The Beirut City Centre Building or 'the egg' - site
2. The Beirut City Centre Building, icon of modernist architecture and icon of the explicit traces of war in Lebanon.
The Dome, Martyrs Square in Downtown Beirut, an old disused movie theater known variously as the dome, the egg, the bubble, the blob, saboune (meaning soap) or by its official name, the Beirut City Center Building. Originally designed by Lebanese architect Joseph Philippe Karam (prominent modernist if the 60s), the dome was built in 1965 as part of a larger, three-part complex of towers and shopping arcades that was expected, in an untimely burst of inauspicious optimism, to become the most important commercial center in the Middle East. The dome has become a symbol of modern design foresight and a testament to Lebanese talent and architecture.

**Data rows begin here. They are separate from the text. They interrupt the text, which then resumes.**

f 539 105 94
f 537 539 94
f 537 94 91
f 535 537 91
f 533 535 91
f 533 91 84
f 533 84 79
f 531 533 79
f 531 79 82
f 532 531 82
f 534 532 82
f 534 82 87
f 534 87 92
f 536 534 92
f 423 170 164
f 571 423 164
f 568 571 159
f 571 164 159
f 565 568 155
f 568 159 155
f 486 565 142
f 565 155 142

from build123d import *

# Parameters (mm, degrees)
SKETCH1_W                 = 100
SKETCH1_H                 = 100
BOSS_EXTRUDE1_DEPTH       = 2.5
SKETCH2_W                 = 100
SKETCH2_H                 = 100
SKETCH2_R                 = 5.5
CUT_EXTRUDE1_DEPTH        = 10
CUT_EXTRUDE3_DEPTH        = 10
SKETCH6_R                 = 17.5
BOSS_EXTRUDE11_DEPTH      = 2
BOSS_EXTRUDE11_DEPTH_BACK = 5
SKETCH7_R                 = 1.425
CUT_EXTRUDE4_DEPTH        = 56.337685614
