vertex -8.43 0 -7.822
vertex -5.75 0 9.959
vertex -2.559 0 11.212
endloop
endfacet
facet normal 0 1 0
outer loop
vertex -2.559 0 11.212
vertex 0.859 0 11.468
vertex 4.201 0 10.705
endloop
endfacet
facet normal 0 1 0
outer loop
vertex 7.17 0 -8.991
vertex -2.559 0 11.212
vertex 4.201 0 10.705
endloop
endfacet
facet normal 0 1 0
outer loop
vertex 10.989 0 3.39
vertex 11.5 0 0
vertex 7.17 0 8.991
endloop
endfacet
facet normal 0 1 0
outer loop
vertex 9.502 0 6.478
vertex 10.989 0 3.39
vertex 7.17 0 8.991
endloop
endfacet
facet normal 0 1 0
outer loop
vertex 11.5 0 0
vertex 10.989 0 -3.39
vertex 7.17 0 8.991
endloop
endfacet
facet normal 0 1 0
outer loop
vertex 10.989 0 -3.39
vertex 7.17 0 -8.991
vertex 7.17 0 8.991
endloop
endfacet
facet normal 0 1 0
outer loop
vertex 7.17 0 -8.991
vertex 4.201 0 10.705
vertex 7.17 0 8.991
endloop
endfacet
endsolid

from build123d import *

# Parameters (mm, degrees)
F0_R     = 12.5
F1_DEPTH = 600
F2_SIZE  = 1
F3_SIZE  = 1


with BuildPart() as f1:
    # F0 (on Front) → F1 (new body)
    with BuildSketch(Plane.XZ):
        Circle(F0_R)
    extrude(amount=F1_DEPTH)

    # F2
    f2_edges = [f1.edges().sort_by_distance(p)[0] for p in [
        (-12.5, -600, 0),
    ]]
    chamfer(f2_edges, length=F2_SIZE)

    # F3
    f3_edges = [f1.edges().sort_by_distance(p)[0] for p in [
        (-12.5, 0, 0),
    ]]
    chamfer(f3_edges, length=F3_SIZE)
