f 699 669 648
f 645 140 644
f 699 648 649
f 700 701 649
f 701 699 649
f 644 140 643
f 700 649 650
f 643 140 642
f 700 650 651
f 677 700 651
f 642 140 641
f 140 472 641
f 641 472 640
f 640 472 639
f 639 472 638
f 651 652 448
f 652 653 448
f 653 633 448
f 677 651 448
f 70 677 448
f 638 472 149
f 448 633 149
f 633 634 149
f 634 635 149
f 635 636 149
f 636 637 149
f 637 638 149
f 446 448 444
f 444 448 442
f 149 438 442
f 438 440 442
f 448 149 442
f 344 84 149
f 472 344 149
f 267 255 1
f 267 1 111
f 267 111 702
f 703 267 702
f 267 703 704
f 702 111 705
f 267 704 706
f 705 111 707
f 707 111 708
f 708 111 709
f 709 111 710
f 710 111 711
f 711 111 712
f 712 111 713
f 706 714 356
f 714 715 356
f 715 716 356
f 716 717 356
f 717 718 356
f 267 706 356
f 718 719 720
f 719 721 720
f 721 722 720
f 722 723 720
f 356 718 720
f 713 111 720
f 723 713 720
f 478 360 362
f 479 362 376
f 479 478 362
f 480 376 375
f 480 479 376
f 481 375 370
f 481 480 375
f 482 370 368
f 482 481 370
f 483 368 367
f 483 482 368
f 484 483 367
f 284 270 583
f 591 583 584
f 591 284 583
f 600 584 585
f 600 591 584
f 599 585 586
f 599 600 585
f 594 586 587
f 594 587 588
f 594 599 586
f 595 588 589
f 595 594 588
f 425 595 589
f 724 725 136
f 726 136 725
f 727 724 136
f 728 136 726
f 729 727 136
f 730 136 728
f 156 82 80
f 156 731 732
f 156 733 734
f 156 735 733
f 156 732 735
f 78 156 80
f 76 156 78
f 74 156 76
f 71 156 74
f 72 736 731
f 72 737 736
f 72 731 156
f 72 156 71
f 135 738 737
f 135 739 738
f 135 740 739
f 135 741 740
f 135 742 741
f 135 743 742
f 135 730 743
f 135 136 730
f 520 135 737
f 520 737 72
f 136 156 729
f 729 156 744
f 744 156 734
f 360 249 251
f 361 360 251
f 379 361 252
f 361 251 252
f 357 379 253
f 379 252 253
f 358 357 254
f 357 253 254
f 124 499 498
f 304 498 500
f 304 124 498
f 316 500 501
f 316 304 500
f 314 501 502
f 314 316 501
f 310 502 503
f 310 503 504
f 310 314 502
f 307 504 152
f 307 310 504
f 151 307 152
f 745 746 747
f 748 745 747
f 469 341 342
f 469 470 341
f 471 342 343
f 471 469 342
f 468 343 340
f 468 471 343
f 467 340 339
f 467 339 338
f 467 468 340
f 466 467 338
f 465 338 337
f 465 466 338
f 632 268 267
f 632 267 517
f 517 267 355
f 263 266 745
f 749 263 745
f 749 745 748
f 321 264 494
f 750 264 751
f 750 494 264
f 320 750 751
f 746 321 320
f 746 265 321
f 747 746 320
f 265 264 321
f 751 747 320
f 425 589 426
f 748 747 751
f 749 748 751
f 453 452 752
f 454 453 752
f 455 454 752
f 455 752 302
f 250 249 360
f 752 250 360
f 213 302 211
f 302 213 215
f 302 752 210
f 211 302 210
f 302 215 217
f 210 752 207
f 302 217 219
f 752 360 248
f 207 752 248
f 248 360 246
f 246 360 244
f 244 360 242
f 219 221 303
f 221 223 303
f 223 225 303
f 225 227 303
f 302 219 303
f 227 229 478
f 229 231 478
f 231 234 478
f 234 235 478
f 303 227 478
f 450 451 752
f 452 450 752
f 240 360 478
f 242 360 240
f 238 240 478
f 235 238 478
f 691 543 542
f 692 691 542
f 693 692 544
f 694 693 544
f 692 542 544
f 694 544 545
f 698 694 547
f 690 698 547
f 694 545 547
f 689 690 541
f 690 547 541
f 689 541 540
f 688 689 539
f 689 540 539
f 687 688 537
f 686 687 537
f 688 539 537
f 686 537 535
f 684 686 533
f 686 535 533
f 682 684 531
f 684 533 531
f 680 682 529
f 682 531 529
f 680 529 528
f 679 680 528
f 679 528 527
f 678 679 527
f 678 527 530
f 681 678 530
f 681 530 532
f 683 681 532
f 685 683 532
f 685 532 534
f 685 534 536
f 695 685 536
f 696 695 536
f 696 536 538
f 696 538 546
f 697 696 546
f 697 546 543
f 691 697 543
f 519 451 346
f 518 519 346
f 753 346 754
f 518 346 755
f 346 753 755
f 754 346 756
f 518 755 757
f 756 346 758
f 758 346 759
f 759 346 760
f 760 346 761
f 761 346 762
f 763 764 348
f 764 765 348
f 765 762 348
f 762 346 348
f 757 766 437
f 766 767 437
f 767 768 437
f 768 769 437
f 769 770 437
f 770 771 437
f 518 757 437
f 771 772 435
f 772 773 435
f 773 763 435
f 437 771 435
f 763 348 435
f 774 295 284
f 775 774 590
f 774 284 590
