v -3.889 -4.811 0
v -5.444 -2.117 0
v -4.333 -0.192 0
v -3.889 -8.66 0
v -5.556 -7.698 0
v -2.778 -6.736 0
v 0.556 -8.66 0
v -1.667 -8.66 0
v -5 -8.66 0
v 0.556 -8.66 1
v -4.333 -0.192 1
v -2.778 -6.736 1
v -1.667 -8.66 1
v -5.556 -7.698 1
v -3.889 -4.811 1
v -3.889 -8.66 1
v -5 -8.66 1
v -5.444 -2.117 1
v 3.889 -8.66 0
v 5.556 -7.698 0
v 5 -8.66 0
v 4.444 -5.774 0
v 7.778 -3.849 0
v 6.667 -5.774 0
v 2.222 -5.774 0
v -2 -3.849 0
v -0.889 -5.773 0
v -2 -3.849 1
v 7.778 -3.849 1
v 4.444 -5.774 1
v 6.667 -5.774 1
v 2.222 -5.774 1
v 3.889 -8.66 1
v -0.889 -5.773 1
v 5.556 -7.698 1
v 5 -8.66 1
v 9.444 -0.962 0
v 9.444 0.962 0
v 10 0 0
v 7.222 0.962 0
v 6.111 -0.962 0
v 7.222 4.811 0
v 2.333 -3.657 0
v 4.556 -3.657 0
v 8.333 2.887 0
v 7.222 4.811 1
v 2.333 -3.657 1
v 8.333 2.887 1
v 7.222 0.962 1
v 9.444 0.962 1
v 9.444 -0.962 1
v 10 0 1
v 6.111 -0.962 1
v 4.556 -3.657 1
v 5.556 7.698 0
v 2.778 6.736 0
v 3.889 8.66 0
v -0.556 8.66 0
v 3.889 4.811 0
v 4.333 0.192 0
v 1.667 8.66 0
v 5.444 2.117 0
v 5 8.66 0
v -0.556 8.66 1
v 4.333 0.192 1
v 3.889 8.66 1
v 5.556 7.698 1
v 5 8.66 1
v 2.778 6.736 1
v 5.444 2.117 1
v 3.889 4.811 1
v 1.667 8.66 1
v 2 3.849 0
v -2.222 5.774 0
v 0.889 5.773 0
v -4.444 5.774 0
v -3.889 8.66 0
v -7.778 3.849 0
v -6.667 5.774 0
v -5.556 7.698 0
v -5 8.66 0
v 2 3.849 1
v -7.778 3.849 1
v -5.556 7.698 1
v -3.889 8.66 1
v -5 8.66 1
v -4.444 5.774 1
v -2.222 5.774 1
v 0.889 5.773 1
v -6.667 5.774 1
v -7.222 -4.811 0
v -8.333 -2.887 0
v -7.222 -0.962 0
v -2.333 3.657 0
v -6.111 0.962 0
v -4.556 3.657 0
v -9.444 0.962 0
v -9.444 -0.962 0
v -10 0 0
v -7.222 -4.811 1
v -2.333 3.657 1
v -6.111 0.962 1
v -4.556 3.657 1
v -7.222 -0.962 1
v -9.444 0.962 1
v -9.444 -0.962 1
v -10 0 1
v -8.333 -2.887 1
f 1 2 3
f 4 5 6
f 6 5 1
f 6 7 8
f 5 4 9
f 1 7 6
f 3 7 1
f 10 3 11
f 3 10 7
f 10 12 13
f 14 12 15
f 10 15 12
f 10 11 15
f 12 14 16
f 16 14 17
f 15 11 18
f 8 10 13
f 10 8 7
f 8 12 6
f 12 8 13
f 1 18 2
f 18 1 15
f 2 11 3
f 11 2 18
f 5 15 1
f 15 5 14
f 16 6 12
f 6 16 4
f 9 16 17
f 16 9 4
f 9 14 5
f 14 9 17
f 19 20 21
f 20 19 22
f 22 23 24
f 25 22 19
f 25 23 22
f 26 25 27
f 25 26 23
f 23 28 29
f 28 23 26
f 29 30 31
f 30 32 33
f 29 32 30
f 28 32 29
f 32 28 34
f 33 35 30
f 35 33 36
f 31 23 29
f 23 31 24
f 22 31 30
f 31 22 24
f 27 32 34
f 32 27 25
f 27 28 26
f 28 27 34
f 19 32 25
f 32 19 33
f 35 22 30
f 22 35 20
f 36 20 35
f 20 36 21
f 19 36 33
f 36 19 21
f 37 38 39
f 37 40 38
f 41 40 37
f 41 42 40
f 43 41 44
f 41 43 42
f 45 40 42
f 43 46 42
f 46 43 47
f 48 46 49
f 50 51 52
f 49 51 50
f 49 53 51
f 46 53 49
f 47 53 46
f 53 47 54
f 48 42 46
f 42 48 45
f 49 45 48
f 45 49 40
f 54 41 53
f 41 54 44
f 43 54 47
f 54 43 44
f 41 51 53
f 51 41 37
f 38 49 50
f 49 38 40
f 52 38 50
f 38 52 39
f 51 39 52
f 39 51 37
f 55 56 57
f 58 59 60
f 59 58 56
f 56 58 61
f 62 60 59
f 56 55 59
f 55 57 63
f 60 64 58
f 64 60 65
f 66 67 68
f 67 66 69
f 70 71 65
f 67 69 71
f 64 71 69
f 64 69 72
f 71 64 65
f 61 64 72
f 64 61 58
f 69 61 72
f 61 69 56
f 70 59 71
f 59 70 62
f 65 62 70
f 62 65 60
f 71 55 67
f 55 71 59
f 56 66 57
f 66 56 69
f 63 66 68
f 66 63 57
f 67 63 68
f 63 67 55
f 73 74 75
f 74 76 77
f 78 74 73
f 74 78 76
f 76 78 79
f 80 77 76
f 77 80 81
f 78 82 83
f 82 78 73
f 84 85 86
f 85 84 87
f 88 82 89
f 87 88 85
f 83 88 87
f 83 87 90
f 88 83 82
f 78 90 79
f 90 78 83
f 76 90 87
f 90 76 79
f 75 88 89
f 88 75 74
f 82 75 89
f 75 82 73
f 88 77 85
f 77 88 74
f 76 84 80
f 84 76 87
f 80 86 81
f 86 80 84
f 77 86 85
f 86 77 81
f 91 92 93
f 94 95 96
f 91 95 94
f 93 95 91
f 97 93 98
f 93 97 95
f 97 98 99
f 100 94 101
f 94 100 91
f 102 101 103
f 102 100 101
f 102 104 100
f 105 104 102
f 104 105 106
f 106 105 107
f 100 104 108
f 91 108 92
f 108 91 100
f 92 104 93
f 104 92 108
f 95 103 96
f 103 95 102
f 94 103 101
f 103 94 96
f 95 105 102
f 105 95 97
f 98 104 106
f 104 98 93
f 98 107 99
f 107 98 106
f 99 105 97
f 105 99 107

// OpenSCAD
unit = [1, 0];
origin = [0, 0];

function rot2d(angle) = [
    [+cos(angle), -sin(angle)],
    [+sin(angle), +cos(angle)]
];

function inner_hex_points(data) = [
    for (angle = [0 : 60 : 300]) 
    dict_get(data, "scale") * rot2d(angle) * unit
];

module inner_hex(data) {
    linear_extrude(dict_get(data, "height"))
    polygon(inner_hex_points(data));
}


function lambda_points(data) =
let (
    lambda0 = [
        inner_hex_points(data)[2]
        + dict_get(data, "scale") * dict_get(data, "thickness") * rot2d(60) * unit,
        inner_hex_points(data)[5]
        + dict_get(data, "scale") * dict_get(data, "thickness") * rot2d(0) * unit,
        inner_hex_points(data)[5]
        + dict_get(data, "scale") * dict_get(data, "thickness") * rot2d(180) * unit,
        inner_hex_points(data)[2]
        + dict_get(data, "scale") * dict_get(data, "thickness") * rot2d(240) * unit,
    ],
    lambda1 = [
        origin
        + dict_get(data, "scale") * dict_get(data, "thickness") * rot2d(60) * unit
        + dict_get(data, "scale") * dict_get(data, "thickness") * rot2d(120) * unit,
        origin
        + dict_get(data, "scale") * dict_get(data, "thickness") * rot2d(60) * unit
        + dict_get(data, "scale") * dict_get(data, "thickness") * rot2d(-60) * unit,
        inner_hex_points(data)[4]
        + dict_get(data, "scale") * dict_get(data, "thickness") * rot2d(0) * unit,
        inner_hex_points(data)[4]
        + dict_get(data, "scale") * dict_get(data, "thickness") * rot2d(180) * unit,
    ]
)
[lambda0, lambda1];

function gap_points(data) = [
    inner_hex_points(data)[2]
    + dict_get(data, "scale") * dict_get(data, "thickness") * rot2d(60) * unit
    + dict_get(data, "scale") * dict_get(data, "gap") * rot2d(90) * unit,
    inner_hex_points(data)[2]
    + dict_get(data, "scale") * dict_get(data, "thickness") * rot2d(60) * unit
    + dict_get(data, "scale") * dict_get(data, "gap") * rot2d(-60) * unit,
    inner_hex_points(data)[2]
    + dict_get(data, "scale") * dict_get(data, "thickness") * rot2d(240) * unit
    + dict_get(data, "scale") * dict_get(data, "gap") * rot2d(-60) * unit,
    inner_hex_points(data)[2]
    + dict_get(data, "scale") * dict_get(data, "thickness") * rot2d(240) * unit
    + dict_get(data, "scale") * dict_get(data, "gap") * rot2d(180) * unit,
];


module lambda(data) {
    union() {
        if (dict_get(data, "gap") == 0) {
            linear_extrude(dict_get(data, "height")) polygon(lambda_points(data)[0]);
        } else
        {
            difference() {
                linear_extrude(dict_get(data, "height")) polygon(lambda_points(data)[0]);
                linear_extrude(4 * dict_get(data, "height"), center=true) polygon(gap_points(data));
            }
        }
        intersection() {
            linear_extrude(dict_get(data, "height")) polygon(lambda_points(data)[1]);
            inner_hex(data);
        }
    }
}

module flake(data) {
    for (idx = [0 : 5]) {
        rotate([0, 0, idx * 60]) 
        translate(-lambda_points(data)[0][0]) 
        translate([-dict_get(data, "scale"), 0, 0]) 
        lambda(data);
    }
}

function dict_get(dict, key) =
  dict[search([key], dict)[0]][1];

params = [
    [ "scale", 10/2.25 ],
    [ "thickness", 0.25 ],
    [ "height", 1 ],
    [ "gap", 0.05 ],
];

flake(params);
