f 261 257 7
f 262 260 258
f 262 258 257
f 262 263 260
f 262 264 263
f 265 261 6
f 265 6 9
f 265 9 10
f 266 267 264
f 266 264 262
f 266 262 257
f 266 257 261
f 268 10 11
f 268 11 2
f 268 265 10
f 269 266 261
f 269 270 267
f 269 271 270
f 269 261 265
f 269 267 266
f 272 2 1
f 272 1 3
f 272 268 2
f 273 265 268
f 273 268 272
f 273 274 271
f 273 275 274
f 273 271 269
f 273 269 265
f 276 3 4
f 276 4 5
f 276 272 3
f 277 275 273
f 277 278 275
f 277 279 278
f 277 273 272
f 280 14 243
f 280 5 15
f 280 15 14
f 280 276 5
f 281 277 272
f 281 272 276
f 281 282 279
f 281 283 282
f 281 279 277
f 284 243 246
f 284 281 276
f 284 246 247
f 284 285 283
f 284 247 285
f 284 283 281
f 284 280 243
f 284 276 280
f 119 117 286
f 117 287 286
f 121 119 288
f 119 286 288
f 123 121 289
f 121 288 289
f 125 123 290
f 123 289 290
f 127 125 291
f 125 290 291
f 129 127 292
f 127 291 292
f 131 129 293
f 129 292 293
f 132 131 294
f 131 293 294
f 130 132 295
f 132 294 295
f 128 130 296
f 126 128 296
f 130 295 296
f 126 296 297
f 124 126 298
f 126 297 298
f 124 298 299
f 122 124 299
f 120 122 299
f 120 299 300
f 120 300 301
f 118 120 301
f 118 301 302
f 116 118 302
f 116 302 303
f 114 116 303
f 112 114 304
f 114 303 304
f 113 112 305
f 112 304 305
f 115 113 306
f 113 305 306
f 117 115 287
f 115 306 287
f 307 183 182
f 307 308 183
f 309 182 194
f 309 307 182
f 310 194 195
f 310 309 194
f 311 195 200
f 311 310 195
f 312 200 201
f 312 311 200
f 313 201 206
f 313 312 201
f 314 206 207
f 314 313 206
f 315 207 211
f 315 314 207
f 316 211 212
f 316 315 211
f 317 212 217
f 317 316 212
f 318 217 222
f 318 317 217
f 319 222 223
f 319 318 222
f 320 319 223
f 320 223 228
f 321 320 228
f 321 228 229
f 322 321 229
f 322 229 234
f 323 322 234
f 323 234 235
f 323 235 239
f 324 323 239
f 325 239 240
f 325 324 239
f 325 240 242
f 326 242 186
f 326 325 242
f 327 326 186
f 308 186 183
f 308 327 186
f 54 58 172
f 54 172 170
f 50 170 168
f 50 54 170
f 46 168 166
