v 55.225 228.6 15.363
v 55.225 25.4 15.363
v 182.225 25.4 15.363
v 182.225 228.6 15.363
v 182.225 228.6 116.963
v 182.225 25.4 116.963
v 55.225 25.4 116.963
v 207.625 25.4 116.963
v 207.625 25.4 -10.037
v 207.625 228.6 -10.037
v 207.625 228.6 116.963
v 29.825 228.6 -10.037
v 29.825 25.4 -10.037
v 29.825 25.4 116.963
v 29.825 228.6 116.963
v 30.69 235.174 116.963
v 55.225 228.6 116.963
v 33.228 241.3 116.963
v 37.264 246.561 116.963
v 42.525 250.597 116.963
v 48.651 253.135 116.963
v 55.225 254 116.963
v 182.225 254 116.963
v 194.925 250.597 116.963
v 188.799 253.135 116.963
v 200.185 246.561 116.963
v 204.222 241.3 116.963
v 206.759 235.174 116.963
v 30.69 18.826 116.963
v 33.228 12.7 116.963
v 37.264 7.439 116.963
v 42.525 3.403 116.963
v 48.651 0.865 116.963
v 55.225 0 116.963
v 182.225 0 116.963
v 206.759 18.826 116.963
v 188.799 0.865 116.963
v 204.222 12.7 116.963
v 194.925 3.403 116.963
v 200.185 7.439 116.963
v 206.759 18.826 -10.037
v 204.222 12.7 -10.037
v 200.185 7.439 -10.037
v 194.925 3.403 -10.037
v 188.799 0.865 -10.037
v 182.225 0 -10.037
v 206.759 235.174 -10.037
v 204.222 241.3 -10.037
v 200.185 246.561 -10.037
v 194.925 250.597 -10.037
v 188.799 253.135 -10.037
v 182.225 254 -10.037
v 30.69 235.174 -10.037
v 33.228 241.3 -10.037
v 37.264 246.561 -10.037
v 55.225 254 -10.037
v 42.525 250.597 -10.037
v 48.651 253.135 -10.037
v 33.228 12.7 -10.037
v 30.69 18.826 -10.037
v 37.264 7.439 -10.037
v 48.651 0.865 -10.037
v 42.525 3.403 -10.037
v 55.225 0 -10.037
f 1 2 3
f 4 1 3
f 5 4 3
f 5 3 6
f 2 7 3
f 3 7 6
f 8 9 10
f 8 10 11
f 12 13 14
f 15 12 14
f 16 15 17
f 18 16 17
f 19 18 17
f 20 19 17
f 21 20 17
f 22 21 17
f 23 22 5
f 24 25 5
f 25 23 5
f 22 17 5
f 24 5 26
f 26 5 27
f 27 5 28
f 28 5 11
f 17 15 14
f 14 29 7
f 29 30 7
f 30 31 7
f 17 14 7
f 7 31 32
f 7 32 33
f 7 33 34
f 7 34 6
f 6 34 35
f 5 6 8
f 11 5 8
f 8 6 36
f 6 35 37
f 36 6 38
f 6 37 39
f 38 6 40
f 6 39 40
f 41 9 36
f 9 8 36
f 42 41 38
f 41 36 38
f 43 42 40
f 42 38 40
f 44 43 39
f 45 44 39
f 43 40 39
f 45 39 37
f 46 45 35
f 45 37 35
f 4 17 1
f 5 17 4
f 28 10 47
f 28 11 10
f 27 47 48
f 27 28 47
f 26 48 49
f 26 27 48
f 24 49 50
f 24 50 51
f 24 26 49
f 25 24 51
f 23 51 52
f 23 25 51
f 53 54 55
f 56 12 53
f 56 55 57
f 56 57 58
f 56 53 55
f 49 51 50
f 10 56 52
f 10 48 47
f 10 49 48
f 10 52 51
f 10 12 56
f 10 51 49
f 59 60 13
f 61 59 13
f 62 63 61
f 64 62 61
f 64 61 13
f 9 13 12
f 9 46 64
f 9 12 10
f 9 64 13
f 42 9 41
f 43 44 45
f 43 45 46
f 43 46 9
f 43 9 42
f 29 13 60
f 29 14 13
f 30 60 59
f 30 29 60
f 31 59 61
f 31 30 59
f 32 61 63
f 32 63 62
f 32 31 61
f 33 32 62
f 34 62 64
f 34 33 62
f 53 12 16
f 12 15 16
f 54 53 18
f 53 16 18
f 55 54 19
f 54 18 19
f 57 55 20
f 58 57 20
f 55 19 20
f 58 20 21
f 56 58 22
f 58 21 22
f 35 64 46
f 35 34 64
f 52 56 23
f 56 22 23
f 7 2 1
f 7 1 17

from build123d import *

# Parameters (mm, degrees)
F0_W     = 177.8
F0_H     = 127
F1_DEPTH = 254
F2_R     = 25.4
F3_T     = 25.4


# Not quite as in the source:
# - a shell that OpenCascade refuses in one call is made with other operations: the cavity is built on its own and cut out


with BuildPart() as f1:
    # F0 (on Front) → F1 (new body)
    with BuildSketch(Plane.XZ):
        with Locations((118.7249161303, 53.4633891671)):
            Rectangle(F0_W, F0_H)
    extrude(amount=-F1_DEPTH)

    # F2
    f2_edges = [f1.edges().sort_by_distance(p)[0] for p in [
        (207.624916, 0, 53.463389),
        (207.624916, 254, 53.463389),
        (29.824916, 254, 53.463389),
        (29.824916, 0, 53.463389),
    ]]
    fillet(f2_edges, radius=F2_R)

    # F3: shell of thickness 25.4, made by hand


with BuildPart() as f3_core1:
    # F3_t2: copy of F1
    add(f1.part)

    # the walls: a layer under each face that stays
    f3_faces = [f3_core1.faces().sort_by_distance(p)[0] for p in [
        (207.6249161303, 127, 53.4633891671),
        (118.7249161303, 0, 53.4633891671),
        (118.7249161303, 254, 53.4633891671),
        (29.8249161303, 127, 53.4633891671),
        (118.7249161303, 127, -10.0366108329),
    ]]
    thicken(f3_faces, amount=-F3_T, mode=Mode.SUBTRACT)


with BuildPart() as f1_1:
    add(f1.part)

    # what is left inside the walls is the cavity
    f3_cavity = [f3_core1.part.solids().sort_by_distance(p)[0] for p in [
        (118.724916, 160.866667, 15.617389),
    ]]
    add(f3_cavity, mode=Mode.SUBTRACT)


solid = f1_1.part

It has also become a reminder of the civil war. Pockmarked by years of war and stranded by decades of structural neglect, the dome is a stark visual icon, instantly recognizable as an emblem of 1960s-era modernist architecture, a relic of Beirut's bustling past, an object lesson in the city's tempestuous political history. Now, with the Beirut downtown area renovation and reconstruction, this milestone of Lebanese design is on death-row, making space for the new 600 million dollar Beirut Gate project. It is inevitably going to be demolished, according to all parties currently involved in deciding the building's fate. It is too precious, too odd, too cool, too much of an icon to tear it down. The dome has long been used as an alternative cultural venue, inhabited by raves, parties, temporary art exhibitions and experimental theater programs.